Collected data:
************

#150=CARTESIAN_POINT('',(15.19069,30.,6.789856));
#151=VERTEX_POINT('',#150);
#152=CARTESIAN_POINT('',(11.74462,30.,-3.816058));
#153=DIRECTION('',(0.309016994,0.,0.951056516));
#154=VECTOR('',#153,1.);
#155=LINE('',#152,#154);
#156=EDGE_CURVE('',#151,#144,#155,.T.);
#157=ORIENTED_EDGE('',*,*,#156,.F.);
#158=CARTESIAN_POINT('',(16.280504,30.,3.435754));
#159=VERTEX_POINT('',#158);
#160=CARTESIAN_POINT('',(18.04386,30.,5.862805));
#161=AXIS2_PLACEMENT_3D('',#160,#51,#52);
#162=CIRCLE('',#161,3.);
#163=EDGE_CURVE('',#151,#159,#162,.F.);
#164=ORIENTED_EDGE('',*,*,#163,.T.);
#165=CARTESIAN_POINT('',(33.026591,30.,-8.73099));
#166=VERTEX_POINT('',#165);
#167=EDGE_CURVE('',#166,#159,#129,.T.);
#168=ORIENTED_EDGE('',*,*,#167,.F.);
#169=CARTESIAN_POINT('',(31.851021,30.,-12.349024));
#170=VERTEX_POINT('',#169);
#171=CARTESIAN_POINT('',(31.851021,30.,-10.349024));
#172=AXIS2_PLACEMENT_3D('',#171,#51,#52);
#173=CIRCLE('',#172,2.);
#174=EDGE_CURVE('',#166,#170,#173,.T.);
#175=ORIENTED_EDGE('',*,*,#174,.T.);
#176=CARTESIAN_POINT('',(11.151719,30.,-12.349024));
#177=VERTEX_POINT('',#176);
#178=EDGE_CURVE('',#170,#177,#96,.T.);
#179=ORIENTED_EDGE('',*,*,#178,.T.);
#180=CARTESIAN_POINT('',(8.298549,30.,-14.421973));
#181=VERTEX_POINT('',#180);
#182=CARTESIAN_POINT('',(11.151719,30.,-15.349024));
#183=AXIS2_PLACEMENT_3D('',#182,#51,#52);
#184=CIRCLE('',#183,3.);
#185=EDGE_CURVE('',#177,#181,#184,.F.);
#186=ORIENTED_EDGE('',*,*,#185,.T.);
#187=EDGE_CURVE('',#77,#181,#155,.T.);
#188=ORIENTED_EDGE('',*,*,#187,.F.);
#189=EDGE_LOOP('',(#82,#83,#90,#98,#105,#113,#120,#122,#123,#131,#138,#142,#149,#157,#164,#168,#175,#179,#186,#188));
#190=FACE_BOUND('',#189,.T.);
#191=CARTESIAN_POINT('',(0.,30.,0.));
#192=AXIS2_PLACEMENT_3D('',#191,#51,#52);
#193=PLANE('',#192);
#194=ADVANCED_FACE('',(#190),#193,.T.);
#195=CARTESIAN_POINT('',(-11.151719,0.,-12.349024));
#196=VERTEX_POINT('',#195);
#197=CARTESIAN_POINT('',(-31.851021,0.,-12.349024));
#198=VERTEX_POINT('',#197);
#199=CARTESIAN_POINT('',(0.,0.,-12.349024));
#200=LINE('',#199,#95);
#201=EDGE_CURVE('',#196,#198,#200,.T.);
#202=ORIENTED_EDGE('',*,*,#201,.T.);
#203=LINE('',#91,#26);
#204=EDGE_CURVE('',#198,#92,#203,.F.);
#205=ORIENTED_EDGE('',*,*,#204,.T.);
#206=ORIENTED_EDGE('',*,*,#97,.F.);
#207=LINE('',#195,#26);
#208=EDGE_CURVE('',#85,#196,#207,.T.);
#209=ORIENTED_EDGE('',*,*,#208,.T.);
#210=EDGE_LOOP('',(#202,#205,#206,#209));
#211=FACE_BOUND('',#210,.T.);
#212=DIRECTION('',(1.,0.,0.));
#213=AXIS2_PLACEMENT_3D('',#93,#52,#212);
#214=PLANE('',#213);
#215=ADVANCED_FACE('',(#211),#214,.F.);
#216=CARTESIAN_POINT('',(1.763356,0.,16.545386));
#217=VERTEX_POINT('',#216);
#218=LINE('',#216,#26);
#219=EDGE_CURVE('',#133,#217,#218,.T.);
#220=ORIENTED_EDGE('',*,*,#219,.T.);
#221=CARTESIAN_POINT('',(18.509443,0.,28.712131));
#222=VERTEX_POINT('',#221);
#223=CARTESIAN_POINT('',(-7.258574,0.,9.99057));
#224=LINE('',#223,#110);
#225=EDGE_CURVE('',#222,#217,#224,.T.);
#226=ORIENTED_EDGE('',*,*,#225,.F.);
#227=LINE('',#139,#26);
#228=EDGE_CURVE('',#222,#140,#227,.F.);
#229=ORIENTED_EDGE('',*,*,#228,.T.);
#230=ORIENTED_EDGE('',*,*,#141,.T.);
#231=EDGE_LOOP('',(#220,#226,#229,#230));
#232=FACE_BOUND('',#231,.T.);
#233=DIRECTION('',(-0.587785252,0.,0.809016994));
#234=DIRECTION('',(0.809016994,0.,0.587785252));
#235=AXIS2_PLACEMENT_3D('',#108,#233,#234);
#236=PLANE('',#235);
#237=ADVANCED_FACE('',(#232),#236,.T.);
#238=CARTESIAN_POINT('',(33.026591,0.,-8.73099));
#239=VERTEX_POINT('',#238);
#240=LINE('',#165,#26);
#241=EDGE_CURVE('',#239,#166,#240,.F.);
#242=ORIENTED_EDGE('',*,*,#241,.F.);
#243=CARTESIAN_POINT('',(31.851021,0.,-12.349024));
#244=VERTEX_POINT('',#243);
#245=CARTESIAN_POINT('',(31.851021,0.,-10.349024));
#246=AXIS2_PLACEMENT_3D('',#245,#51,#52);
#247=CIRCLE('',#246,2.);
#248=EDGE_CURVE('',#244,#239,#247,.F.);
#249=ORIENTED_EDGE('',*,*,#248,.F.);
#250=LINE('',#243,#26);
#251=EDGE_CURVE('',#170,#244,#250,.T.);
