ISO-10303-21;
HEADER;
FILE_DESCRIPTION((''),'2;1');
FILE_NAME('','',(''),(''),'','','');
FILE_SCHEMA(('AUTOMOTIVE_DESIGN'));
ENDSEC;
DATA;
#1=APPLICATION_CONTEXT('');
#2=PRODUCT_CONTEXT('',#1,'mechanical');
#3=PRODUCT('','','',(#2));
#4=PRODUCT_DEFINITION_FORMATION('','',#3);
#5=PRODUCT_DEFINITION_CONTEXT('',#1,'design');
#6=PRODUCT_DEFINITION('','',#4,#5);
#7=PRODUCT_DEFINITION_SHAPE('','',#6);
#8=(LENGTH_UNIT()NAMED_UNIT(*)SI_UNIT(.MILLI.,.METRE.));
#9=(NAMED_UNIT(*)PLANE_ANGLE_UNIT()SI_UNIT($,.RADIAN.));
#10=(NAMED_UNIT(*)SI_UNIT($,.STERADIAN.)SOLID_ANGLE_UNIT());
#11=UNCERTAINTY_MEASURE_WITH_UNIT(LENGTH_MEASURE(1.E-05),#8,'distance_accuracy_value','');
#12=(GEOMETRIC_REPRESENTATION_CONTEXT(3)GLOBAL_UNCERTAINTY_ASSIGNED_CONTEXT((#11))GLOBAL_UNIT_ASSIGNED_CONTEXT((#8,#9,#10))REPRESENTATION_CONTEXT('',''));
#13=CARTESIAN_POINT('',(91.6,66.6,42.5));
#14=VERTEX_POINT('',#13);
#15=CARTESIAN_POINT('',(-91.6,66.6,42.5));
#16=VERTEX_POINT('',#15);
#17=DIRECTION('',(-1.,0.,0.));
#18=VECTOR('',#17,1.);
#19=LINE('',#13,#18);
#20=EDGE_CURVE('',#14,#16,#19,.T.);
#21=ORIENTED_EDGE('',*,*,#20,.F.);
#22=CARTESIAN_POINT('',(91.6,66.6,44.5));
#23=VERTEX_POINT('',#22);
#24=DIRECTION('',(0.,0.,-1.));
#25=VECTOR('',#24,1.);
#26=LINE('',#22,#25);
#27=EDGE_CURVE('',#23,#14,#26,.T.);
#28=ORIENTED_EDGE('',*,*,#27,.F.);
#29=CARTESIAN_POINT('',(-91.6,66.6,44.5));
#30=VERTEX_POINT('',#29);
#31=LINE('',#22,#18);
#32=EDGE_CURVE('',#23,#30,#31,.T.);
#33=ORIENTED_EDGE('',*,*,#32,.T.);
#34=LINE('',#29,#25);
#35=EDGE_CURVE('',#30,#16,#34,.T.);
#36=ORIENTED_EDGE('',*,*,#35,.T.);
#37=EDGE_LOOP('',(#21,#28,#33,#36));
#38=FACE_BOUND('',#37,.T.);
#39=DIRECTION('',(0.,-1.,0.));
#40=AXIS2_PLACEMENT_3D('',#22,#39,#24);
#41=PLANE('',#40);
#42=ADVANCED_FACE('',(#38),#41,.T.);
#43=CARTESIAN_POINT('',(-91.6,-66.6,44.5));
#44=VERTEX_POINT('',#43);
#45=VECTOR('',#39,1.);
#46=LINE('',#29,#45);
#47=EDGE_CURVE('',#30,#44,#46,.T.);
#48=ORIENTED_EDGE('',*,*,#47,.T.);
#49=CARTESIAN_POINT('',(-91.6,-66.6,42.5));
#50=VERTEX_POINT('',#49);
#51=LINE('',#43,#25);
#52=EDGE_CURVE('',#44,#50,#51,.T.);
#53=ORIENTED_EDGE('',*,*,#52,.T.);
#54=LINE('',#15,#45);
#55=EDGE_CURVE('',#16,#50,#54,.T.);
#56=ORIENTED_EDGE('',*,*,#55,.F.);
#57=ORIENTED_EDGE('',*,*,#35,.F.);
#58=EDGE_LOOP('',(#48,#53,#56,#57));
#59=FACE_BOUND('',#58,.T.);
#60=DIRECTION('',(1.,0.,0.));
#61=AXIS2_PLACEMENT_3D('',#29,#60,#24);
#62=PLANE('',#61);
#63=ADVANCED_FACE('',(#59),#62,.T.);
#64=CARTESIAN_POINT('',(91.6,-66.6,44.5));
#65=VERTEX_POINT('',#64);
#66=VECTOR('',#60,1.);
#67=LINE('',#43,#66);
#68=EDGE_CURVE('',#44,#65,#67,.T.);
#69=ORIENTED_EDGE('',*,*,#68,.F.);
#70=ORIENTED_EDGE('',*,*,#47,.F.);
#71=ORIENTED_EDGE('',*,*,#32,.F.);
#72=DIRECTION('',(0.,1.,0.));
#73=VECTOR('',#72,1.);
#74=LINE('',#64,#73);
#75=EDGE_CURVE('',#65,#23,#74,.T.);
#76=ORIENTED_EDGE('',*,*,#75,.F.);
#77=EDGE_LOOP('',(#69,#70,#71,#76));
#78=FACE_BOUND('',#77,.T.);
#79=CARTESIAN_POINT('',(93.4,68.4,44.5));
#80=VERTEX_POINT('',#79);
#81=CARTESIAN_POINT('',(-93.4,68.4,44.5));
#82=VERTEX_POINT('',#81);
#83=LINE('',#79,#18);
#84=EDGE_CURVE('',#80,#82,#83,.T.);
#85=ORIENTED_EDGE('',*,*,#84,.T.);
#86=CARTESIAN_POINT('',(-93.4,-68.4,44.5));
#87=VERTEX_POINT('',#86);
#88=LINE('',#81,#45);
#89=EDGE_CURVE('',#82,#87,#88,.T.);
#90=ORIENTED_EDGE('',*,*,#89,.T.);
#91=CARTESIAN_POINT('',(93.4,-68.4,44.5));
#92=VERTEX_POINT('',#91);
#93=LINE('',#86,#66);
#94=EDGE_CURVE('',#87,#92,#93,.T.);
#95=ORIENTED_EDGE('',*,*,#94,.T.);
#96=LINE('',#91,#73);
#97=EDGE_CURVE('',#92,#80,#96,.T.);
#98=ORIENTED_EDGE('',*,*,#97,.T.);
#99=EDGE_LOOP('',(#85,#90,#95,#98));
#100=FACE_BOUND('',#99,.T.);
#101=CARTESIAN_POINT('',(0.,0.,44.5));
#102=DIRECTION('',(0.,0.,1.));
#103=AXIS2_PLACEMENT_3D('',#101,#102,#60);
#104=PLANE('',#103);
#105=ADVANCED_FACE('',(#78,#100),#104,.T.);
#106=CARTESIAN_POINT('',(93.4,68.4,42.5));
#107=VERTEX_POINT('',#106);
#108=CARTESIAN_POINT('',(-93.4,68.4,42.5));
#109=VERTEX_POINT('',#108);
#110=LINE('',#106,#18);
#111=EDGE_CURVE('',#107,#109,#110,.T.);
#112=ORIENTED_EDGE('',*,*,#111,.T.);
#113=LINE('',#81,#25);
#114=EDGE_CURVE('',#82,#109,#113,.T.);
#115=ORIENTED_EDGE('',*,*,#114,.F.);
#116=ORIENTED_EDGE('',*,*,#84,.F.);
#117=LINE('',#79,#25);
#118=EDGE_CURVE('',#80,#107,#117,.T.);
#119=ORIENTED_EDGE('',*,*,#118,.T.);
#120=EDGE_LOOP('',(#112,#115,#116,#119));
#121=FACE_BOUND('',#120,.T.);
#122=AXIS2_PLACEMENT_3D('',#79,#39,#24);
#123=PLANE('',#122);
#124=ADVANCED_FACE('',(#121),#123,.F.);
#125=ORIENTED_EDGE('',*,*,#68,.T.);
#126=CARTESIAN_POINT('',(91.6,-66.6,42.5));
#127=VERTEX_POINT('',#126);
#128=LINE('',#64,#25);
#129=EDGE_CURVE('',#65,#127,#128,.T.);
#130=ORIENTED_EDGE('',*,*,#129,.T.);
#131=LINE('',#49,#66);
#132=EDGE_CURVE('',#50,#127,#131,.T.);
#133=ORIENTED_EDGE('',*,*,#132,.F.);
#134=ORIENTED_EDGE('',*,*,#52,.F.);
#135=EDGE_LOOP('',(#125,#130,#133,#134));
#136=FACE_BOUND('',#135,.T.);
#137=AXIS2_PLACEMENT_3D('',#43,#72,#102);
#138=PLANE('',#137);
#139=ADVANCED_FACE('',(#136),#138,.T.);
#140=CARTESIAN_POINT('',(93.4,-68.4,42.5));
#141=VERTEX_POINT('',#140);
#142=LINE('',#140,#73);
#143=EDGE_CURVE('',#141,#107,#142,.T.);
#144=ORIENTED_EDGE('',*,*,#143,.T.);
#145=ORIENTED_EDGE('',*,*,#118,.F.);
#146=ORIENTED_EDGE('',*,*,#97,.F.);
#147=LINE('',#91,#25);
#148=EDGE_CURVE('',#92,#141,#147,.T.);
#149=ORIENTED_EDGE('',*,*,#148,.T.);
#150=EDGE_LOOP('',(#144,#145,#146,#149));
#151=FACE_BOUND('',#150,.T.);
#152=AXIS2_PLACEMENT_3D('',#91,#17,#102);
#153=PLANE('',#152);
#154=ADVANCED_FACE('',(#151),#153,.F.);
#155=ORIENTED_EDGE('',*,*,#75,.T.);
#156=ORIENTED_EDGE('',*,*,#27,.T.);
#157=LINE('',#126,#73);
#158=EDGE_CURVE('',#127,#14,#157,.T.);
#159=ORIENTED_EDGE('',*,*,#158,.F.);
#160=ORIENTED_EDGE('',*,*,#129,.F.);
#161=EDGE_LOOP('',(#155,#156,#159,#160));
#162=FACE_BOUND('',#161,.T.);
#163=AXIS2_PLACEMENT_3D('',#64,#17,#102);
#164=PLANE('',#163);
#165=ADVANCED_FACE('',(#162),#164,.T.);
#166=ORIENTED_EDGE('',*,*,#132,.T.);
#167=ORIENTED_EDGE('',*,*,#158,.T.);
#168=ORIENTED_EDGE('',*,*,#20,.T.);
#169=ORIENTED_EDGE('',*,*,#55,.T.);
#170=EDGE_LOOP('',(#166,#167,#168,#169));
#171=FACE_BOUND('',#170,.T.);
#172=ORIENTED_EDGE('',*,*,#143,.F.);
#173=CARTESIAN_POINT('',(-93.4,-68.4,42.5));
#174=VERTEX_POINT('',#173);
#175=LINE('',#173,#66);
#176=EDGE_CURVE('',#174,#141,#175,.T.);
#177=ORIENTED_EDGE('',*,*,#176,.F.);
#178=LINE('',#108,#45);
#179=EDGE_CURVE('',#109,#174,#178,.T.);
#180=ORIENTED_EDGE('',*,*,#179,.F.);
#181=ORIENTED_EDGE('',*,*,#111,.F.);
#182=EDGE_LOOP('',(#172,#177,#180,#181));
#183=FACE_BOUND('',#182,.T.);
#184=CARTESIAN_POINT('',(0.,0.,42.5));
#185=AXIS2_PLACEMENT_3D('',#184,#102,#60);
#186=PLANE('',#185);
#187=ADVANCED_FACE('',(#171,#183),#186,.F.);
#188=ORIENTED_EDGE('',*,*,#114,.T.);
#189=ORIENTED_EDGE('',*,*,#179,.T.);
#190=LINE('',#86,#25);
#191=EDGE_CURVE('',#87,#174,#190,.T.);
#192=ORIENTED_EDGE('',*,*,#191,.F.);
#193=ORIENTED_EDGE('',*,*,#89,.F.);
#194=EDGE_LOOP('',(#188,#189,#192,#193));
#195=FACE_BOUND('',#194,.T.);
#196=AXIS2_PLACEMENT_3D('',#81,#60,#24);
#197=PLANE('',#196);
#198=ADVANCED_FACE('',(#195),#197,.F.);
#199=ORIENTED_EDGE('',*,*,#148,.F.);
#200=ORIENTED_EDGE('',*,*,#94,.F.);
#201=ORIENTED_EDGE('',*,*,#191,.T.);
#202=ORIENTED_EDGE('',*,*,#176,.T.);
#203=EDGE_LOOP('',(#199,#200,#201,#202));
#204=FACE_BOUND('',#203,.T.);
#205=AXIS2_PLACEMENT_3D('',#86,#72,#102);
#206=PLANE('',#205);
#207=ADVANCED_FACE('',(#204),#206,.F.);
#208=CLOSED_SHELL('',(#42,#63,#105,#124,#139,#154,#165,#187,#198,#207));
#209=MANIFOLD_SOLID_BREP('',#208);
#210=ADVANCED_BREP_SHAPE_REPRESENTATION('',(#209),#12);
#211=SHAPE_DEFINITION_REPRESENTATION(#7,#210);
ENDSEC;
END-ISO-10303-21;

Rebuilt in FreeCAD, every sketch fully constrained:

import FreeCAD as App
import Part
import Sketcher
Q = App.Units.Quantity


def add_polygon(sketch, points):
    """Adds a closed chain of lines whose ends are joined by coincident constraints."""
    first, n = sketch.GeometryCount, len(points)
    for a, b in zip(points, points[1:] + points[:1]):
        sketch.addGeometry(Part.LineSegment(App.Vector(*a, 0), App.Vector(*b, 0)), False)
    for i in range(n):
        sketch.addConstraint(Sketcher.Constraint("Coincident", first + i, 2, first + (i + 1) % n, 1))

doc = App.newDocument("Part")
params = doc.addObject("Spreadsheet::Sheet", "Params")
for row, (alias, value) in enumerate([
    ("sketch1_width", "186.8 mm"),
    ("sketch1_width2", "183.2 mm"),
    ("sketch1_height", "136.8 mm"),
    ("sketch1_height2", "133.2 mm"),
    ("pad1_length", "2 mm"),
], start=1):
    params.set(f"A{row}", alias)
    params.set(f"B{row}", "=" + value)
    params.setAlias(f"B{row}", alias)

body = doc.addObject("PartDesign::Body", "Body")

# Sketch on XY plane
sketch1 = body.newObject("Sketcher::SketchObject", "Sketch")
sketch1.AttachmentSupport = (doc.getObject("XY_Plane"), [""])
sketch1.MapMode = "FlatFace"
sketch1.AttachmentOffset = App.Placement(App.Vector(0, 0, 42.5), App.Rotation())
add_polygon(sketch1, [(-93, 68), (-93, -68), (93, -68), (93, 68)])  # lines 0-3
add_polygon(sketch1, [(92, -67), (-92, -67), (-92, 67), (92, 67)])  # lines 4-7
sketch1.addConstraint(Sketcher.Constraint("Vertical", 0))
sketch1.addConstraint(Sketcher.Constraint("Horizontal", 1))
sketch1.addConstraint(Sketcher.Constraint("Vertical", 2))
sketch1.addConstraint(Sketcher.Constraint("Horizontal", 3))
sketch1.addConstraint(Sketcher.Constraint("Horizontal", 4))
sketch1.addConstraint(Sketcher.Constraint("Vertical", 5))
sketch1.addConstraint(Sketcher.Constraint("Horizontal", 6))
sketch1.addConstraint(Sketcher.Constraint("Vertical", 7))
sketch1.addConstraint(Sketcher.Constraint("Symmetric", 0, 2, 2, 2, -1, 1))
sketch1.addConstraint(Sketcher.Constraint("Symmetric", 4, 2, 6, 2, -1, 1))
sketch1.addConstraint(Sketcher.Constraint("DistanceX", 1, 1, 1, 2, Q("186.8 mm")))
sketch1.addConstraint(Sketcher.Constraint("DistanceX", 4, 2, 4, 1, Q("183.2 mm")))
sketch1.addConstraint(Sketcher.Constraint("DistanceY", 0, 2, 0, 1, Q("136.8 mm")))
sketch1.addConstraint(Sketcher.Constraint("DistanceY", 5, 1, 5, 2, Q("133.2 mm")))
sketch1.setExpression("Constraints[18]", "Params.sketch1_width")
sketch1.setExpression("Constraints[19]", "Params.sketch1_width2")
sketch1.setExpression("Constraints[20]", "Params.sketch1_height")
sketch1.setExpression("Constraints[21]", "Params.sketch1_height2")
pad1 = body.newObject("PartDesign::Pad", "Pad")
pad1.Profile = sketch1
pad1.setExpression("Length", "Params.pad1_length")

doc.recompute()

************

=== Exercise goal ===
What lines of the data include the word "CIRCLE"? Copy each of them.

=== Answer area ===
#162=CIRCLE('',#161,3.);
#173=CIRCLE('',#172,2.);
#184=CIRCLE('',#183,3.);
#247=CIRCLE('',#246,2.);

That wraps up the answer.